Les pays ACP et ceux de la CEDEAO en particulier ont encore besoin d’établir des dispositifs de participation citoyenne aux décisions sur la formulation, l’exécution et l’évaluation des principales politiques publiques de développement pour assurer l’efficacité recherchée à leurs systèmes nationaux. Dans l’acception de la bonne gouvernance, le contrôle citoyen de l’action gouvernementale (politiques publiques) est considéré comme une condition et un facteur systématique de succès. Cela remet au goût du jour la question du rôle et de la place réels de la société civile dans ces pays, qui sont toujours loin du niveau à partir duquel ce segment de la société pourrait faire une contribution significative au développement. Sans l’assainissement et la réforme des administrations publiques des pays de la CEDEAO et le renforcement du secteur privé, ainsi que l’application des dispositions du Protocole Additionnel sur la démocratie et la bonne gouvernance, adopté par la CEDEAO en 2001, les mesures technocratiques comme la zone de libre échange seront loin de pouvoir remédier aux maux de la sous-région. Prenons l’exemple illustratif de la libre circulation des personnes et des biens dans l’espace CEDEAO.

Le Protocole A/P/1/5/79 sur la libre circulation des personnes, le droit de résidence et d’établissement a été adopté en mai 1979 par la Conférence des chefs d’Etat et de gouvernement de la CEDEAO. Malgré ses multiples protocoles additionnels et les textes d’enforcement dans les droits nationaux, la réalité de la circulation sur les routes et de la résidence des citoyens dans les différents pays membres est toujours en question. En partant de cet exemple, on peut extrapoler un manque d’effet de l’établissement formel d’une zone de libre échange dans l’espace CEDEAO sans la mise en œuvre préalable de réformes dans les différents systèmes de gouvernance et économiques. Cependant, dans la perspective du libre échangisme contemporain, un tel mécanisme pourrait théoriquement servir à booster les économies des pays de la CEDEAO et contribuer à la lutte contre la pauvreté.

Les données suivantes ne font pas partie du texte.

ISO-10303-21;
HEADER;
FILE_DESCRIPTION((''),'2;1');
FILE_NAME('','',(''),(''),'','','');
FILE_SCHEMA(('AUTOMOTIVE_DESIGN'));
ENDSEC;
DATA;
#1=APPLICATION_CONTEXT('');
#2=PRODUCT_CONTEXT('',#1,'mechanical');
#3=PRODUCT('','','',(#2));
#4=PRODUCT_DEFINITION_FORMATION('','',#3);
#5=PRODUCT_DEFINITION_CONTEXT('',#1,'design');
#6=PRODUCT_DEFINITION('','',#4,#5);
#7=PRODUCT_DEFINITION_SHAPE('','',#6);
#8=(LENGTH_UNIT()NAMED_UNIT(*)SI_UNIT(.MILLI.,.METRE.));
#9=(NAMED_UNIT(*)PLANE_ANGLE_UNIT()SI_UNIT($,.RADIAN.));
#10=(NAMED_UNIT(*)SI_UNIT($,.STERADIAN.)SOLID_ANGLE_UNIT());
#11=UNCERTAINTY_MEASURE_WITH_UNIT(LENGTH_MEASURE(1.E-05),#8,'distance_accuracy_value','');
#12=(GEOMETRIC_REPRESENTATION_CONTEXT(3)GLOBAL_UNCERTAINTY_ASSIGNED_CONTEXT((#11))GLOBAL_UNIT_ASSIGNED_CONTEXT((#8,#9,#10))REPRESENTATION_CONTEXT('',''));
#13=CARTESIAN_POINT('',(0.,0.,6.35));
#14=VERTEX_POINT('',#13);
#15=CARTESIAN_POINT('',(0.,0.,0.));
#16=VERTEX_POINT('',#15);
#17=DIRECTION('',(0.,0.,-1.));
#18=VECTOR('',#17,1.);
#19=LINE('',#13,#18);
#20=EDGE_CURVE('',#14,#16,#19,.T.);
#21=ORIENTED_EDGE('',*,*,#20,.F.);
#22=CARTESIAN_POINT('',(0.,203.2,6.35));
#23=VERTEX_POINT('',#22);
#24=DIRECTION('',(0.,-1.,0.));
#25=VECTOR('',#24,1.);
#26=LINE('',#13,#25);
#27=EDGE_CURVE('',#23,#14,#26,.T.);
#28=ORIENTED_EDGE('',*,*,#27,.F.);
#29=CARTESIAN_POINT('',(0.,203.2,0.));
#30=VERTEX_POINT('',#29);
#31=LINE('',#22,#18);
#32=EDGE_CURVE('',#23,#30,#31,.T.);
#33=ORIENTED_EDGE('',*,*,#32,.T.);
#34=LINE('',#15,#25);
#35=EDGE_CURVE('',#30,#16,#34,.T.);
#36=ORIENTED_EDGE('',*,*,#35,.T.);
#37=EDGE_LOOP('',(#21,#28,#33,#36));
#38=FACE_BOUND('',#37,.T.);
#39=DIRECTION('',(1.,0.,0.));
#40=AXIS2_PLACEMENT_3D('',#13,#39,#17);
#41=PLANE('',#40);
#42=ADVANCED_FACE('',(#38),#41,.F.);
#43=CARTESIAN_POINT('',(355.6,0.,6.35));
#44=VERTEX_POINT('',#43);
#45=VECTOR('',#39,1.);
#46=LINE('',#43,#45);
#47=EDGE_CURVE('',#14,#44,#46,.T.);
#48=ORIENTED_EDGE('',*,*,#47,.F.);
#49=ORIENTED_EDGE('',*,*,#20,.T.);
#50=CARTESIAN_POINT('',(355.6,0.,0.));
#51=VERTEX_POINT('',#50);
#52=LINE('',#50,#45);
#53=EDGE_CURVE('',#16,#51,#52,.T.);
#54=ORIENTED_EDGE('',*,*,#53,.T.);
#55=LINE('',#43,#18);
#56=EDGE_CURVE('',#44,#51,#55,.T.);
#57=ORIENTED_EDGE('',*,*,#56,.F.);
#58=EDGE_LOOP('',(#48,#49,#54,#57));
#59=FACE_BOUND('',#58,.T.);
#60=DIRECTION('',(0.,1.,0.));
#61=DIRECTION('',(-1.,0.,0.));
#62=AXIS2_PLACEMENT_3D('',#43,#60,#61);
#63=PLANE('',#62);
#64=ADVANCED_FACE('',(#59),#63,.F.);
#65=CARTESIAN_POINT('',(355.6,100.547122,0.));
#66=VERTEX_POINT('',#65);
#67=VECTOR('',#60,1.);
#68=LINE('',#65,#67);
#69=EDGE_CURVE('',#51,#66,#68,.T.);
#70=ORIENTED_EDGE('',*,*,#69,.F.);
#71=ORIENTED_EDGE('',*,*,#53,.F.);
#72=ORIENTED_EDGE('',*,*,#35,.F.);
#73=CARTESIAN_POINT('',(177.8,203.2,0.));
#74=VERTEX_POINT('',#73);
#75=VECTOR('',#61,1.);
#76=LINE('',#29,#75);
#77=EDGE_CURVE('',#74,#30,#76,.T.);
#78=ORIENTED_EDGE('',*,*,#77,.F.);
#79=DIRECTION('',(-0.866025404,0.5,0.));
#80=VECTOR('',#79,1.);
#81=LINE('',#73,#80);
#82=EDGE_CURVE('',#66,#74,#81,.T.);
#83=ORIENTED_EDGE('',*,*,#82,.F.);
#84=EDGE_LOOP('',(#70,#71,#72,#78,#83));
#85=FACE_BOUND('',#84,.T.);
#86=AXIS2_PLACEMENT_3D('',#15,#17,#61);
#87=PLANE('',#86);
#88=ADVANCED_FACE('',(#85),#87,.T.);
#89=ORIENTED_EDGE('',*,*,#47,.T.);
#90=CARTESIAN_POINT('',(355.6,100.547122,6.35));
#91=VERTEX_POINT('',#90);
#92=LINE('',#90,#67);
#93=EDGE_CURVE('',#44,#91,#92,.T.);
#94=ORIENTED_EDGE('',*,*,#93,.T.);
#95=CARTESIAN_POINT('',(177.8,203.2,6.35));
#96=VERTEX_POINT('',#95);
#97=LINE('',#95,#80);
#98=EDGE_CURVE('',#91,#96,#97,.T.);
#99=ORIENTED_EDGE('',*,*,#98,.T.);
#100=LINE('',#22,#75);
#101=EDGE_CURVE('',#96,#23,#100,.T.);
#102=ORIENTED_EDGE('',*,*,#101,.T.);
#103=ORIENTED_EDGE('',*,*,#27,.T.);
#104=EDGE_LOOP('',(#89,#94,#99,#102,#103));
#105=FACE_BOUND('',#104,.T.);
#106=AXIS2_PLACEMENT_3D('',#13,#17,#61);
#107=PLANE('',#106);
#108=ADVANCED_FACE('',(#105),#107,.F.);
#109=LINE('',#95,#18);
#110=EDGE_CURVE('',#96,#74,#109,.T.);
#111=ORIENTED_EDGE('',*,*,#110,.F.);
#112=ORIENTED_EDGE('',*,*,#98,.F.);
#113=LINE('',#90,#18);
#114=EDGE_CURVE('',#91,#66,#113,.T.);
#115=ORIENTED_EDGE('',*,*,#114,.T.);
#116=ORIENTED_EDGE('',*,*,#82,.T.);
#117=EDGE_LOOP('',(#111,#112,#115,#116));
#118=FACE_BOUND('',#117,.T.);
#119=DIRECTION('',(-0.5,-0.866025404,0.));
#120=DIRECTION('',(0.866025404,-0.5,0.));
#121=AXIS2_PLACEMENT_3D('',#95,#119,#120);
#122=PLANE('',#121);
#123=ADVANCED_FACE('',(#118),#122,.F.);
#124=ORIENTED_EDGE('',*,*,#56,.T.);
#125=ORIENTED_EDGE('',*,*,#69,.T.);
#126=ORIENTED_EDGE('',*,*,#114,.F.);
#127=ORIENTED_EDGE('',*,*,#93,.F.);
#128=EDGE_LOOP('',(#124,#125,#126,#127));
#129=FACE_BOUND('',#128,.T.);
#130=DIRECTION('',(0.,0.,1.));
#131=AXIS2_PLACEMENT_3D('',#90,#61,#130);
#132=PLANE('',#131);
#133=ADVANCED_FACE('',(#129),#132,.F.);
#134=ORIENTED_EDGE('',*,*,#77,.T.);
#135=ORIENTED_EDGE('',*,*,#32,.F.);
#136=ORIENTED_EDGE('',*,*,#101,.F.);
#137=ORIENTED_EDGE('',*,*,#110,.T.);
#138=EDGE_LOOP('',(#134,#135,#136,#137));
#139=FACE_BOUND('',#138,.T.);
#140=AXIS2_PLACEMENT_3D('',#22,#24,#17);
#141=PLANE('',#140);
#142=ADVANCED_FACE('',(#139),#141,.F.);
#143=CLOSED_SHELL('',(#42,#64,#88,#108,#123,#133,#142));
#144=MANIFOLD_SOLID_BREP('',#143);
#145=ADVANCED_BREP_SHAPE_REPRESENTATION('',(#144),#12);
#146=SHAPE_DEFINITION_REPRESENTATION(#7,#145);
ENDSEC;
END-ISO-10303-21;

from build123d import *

# Parameters (mm, degrees)
BOSS_EXTRUDE1_DEPTH = 6.35


with BuildPart() as part:
    # Sketch1 → Boss-Extrude1 (new body)
    with BuildSketch(Plane.XY):
        Polygon((0, 0), (0, 203.2), (177.8, 203.2), (355.6, 100.547122138), (355.6, 0), align=None)
    extrude(amount=BOSS_EXTRUDE1_DEPTH)


solid = part.part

On cite justement la division qu’il y a entre les Pays les moins avancés (PMA) et les autres, qui risquent de ne pas parler d’une même voix au finish. Ainsi la Côte d’Ivoire et le Ghana ont paraphé des accords intérimaires.

• Les analyses du processus de négociations avaient déjà fait craindre que les pays ACP en général et ceux de la zone CEDEAO en particulier ne soient pas en mesure de soutenir des positions radicales de refus lors de ces négociations. La CEDEAO ne constitue pas encore de nos jours un bloc politique homogène capable de jouer un rôle géopolitique. On pouvait de ce fait s’attendre à un effritement de la cohésion des pays membres au moment de la signature des APE. De fait, les pays membres de la CEDEAO ne sont pas classés dans la même catégorie sur le plan mondial. Sur les quinze pays membres, seuls quatre ne sont pas classés parmi les Pays les Moins Avancés (Nigéria, Ghana, Côte d’Ivoire et Cap-Vert).

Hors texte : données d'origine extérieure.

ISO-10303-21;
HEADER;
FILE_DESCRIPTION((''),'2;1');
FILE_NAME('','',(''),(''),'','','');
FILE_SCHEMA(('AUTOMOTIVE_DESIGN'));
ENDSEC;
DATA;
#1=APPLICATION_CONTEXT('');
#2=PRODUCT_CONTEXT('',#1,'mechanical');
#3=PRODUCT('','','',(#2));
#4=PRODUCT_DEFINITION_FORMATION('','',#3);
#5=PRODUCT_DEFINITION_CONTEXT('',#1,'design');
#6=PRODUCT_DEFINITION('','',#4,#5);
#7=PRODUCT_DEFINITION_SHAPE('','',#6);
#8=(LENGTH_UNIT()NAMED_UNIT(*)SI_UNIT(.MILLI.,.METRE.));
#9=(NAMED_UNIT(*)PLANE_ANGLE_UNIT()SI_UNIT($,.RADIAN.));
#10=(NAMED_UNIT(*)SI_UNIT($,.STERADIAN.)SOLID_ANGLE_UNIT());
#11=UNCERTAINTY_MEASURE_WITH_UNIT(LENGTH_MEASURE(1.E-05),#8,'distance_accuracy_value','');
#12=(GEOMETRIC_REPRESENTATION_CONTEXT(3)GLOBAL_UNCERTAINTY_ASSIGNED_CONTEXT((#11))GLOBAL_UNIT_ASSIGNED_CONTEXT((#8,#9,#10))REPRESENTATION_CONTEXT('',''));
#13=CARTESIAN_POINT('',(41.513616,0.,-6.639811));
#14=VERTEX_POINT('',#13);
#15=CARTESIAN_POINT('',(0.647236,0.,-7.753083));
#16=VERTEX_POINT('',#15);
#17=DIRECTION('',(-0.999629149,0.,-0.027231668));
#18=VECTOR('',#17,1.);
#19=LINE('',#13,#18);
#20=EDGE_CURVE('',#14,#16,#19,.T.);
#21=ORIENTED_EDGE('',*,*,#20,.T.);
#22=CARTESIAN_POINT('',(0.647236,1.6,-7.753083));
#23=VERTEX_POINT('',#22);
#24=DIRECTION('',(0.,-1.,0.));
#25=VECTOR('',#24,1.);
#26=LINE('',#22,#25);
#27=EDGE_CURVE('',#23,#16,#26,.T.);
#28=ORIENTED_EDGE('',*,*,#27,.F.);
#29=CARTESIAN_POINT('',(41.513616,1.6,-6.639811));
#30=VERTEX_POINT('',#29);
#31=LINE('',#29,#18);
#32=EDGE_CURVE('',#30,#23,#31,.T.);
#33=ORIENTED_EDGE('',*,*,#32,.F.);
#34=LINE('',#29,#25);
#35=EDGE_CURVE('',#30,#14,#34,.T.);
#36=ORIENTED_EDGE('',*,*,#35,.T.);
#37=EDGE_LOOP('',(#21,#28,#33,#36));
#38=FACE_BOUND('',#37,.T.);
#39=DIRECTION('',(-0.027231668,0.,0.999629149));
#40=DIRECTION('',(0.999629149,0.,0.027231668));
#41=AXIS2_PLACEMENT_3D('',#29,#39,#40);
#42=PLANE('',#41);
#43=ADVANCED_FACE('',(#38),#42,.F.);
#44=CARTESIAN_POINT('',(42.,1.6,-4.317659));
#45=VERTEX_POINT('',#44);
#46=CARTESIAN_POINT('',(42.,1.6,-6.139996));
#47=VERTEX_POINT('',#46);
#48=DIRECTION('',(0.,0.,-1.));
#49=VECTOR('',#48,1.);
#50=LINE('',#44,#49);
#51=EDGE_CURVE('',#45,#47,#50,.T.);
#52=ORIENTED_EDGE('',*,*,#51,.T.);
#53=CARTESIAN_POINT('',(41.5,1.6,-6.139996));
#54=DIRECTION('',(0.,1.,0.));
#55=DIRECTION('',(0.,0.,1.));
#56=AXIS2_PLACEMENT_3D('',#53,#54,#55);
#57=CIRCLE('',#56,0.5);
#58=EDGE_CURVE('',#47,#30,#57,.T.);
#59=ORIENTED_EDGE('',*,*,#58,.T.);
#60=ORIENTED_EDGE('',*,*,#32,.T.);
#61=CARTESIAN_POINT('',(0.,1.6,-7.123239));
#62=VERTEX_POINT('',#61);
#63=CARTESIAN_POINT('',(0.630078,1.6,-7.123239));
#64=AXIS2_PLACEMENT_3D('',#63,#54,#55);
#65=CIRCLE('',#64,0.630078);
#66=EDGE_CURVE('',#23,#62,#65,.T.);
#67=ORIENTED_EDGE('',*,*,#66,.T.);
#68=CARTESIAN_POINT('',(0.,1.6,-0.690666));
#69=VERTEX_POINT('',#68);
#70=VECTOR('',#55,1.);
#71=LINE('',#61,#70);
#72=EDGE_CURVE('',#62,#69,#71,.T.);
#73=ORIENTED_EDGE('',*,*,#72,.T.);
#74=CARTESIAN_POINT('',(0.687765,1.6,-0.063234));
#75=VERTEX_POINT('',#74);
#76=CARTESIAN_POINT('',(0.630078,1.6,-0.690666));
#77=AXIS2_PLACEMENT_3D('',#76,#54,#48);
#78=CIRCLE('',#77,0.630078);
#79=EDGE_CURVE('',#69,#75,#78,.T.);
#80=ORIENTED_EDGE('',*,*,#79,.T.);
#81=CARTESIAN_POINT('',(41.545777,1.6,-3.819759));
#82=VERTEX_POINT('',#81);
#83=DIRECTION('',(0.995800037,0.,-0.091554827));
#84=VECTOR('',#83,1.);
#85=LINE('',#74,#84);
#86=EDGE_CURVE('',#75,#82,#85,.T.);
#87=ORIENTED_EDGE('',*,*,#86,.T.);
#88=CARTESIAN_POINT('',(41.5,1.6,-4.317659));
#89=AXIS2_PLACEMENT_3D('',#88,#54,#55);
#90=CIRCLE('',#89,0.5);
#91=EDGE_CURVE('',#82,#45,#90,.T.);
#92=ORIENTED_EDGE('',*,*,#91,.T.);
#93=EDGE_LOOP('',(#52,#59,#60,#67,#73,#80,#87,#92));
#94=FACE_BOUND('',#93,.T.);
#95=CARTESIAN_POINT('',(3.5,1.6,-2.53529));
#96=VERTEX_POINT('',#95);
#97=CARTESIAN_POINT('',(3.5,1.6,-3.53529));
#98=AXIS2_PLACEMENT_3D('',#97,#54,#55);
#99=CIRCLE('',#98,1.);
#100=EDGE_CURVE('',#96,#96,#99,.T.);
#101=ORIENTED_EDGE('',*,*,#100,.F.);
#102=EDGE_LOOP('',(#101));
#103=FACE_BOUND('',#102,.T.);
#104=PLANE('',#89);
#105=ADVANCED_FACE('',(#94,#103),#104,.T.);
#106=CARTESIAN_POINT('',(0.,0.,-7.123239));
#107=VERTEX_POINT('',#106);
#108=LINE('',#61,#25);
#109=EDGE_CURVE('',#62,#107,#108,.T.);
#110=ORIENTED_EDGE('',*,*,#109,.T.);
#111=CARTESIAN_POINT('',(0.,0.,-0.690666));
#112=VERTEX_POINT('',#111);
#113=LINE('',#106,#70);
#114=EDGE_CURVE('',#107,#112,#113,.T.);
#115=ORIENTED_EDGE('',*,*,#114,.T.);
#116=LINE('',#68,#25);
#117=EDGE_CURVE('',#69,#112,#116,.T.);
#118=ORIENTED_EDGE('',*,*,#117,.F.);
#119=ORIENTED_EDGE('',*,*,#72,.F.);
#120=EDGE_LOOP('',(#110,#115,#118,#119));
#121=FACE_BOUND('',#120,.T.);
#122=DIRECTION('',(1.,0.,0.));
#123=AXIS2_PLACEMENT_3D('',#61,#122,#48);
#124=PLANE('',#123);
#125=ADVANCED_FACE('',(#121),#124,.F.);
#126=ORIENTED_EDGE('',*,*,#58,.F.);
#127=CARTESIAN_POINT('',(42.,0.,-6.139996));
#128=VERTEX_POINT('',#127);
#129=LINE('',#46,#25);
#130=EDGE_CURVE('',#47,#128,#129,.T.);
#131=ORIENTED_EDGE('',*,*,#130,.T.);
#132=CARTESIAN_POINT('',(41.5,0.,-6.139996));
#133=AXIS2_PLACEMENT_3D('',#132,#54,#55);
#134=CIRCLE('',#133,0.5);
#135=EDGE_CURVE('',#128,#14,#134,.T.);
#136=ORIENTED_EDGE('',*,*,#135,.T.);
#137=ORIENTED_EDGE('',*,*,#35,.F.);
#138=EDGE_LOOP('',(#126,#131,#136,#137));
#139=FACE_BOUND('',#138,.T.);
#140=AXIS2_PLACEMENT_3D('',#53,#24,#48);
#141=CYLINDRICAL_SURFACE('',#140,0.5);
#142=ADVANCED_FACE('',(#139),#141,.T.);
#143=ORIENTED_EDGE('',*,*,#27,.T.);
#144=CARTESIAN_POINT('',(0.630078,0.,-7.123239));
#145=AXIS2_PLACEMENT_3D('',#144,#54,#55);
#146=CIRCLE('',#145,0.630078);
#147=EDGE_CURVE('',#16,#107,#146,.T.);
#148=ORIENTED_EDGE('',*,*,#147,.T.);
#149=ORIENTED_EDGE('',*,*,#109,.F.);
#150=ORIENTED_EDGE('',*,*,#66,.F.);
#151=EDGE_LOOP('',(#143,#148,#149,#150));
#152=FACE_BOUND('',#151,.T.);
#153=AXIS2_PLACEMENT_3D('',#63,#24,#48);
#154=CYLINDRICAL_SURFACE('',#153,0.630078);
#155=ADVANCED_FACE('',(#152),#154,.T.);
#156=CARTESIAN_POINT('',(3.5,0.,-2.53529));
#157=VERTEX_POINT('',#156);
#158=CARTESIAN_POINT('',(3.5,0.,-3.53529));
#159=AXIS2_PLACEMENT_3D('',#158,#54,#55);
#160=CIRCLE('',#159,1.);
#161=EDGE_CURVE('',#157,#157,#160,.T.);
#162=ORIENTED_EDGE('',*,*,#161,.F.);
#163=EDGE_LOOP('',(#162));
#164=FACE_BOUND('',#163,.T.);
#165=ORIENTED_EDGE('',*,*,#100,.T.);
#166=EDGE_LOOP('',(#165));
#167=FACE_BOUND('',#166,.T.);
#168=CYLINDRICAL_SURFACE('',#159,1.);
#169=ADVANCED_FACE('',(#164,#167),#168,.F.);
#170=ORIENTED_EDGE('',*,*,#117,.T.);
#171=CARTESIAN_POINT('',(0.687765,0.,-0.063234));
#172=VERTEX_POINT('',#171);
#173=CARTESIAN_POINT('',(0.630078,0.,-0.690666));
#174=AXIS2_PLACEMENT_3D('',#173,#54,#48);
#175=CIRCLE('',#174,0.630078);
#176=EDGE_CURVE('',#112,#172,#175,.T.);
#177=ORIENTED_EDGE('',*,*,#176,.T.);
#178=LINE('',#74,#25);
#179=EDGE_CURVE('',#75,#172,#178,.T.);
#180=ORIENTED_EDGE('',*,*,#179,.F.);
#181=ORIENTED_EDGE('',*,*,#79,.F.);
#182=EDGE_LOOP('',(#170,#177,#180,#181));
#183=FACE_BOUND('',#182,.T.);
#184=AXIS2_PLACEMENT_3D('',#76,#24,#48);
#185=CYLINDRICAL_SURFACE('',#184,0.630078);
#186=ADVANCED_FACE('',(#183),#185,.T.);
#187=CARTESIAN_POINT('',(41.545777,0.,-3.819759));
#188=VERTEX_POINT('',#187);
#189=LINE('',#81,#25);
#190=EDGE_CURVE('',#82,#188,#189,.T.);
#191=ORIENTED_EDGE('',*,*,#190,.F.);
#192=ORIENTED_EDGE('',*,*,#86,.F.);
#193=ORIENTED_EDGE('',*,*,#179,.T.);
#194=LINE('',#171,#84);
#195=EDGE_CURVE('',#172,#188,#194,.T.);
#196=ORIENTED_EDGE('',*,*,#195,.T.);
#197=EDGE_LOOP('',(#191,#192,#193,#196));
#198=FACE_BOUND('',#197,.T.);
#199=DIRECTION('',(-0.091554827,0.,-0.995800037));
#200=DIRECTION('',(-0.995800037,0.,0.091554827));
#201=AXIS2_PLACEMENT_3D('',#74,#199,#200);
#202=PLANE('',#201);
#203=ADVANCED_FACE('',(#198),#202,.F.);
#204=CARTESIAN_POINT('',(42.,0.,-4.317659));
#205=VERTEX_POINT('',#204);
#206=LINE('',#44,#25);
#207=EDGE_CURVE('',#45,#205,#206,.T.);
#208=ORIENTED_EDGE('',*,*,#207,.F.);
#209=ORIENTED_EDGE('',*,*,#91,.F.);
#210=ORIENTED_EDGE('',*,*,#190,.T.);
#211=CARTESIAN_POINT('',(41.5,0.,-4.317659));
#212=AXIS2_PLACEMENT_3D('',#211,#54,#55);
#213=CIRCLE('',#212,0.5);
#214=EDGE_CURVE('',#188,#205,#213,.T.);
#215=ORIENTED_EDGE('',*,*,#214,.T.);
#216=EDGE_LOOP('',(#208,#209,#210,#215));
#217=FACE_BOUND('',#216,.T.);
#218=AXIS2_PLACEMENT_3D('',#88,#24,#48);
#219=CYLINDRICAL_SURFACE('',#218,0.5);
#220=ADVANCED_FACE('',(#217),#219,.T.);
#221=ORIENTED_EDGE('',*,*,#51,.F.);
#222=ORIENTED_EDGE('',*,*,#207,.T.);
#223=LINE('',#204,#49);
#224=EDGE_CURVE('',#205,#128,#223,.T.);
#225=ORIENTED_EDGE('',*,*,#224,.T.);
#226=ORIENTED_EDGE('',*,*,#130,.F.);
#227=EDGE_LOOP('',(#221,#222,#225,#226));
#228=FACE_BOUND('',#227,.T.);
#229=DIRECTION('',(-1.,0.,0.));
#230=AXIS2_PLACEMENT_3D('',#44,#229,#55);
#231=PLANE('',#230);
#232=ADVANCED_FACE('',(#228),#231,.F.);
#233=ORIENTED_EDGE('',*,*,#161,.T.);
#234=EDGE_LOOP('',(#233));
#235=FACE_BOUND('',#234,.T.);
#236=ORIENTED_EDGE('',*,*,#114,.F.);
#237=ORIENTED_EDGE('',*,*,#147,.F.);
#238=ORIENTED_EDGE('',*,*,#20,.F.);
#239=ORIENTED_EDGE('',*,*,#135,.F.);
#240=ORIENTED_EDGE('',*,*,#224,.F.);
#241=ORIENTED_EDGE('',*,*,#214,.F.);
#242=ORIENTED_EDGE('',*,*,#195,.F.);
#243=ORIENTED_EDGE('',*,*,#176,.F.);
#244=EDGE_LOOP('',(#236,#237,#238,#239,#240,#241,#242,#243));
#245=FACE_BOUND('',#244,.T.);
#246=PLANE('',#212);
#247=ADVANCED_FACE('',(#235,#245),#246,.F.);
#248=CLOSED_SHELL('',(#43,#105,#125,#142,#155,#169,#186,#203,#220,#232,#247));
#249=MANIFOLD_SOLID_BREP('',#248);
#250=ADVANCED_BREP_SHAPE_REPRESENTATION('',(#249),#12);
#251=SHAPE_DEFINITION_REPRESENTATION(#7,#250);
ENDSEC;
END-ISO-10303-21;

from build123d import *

# Parameters (mm, degrees)
BOSS_EXTRUDE1_DEPTH = 1.6
SKETCH2_R           = 1
CUT_EXTRUDE1_DEPTH  = 43.739606023


with BuildPart() as part:
    # Sketch1 → Boss-Extrude1 (new body)
    with BuildSketch(Plane(origin=(0, 0, 0), x_dir=(1, 0, 0), z_dir=(0, 1, 0))):
        with BuildLine():
            Line((0.687764733, 0.063233761), (41.545777414, 3.819759331))
            ThreePointArc((41.545777414, 3.819759331), (41.869383748, 3.980679162), (42, 4.317659349))
            Line((42, 4.317659349), (42, 6.139996118))
            ThreePointArc((42, 6.139996118), (41.858334981, 6.488702357), (41.513615834, 6.639810692))
            Line((41.513615834, 6.639810692), (0.647236122, 7.753083238))
            ThreePointArc((0.647236122, 7.753083238), (0.190653754, 7.574796866), (0, 7.123238858))
            Line((0, 7.123238858), (0, 0.690665502))
            ThreePointArc((0, 0.690665502), (0.20543041, 0.225184322), (0.687764733, 0.063233761))
        make_face()
    extrude(amount=BOSS_EXTRUDE1_DEPTH)

    # Sketch2 → Cut-Extrude1 (cut, through all)
    with BuildSketch(Plane(origin=(0, 1.6, 0), x_dir=(1, 0, 0), z_dir=(0, 1, 0))):
        with Locations(Location((3.5, 3.535289983, 0), (0, 0, 270))):
            Circle(SKETCH2_R)
    extrude(amount=-CUT_EXTRUDE1_DEPTH, mode=Mode.SUBTRACT)


solid = part.part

Ces pays, du fait de la taille de leurs exportations, seront dans l’obligation de payer des droits douaniers vers l’Europe avant de porter leurs productions sur le marché européen après le 31 décembre 2007 s’ils n’ont pas signé d’APE avec l’Union européenne. Cela n’est pas le cas des autres pays de la CEDEAO, qui, en tant que PMA, bénéficient de l’initiative Tout Sauf les Armes (mars 2001), qui est un mécanisme préférentiel à travers lequel ces pays peuvent exporter vers le marché européen sans payer de droits de douanes et sans quota. L’unité de façade qui existait entre les pays membres de la CEDEAO lors de ces négociations historiques a montré ses limites objectives durant la dernière ligne droite du processus. En ce mois de décembre 2007, la Côte d’Ivoire et le Ghana ont, comme vous le rappeliez, signé des accords intérimaires avec l’Union européenne et ainsi brisé la position officielle de précaution affichée par la CEDEAO. Hormis cette dimension économique, des considérations de politique intérieure influencent fortement l’attitude des différents Etats vis-à-vis des APE. Les régimes nigérian et ivoirien ont, en ce moment, bien besoin de reconnaissance et de soutien diplomatique sur le plan international. Les APE apparaissent, dans cette perspective, comme une excellente opportunité de négocier un repositionnement sur la scène régionale ou internationale.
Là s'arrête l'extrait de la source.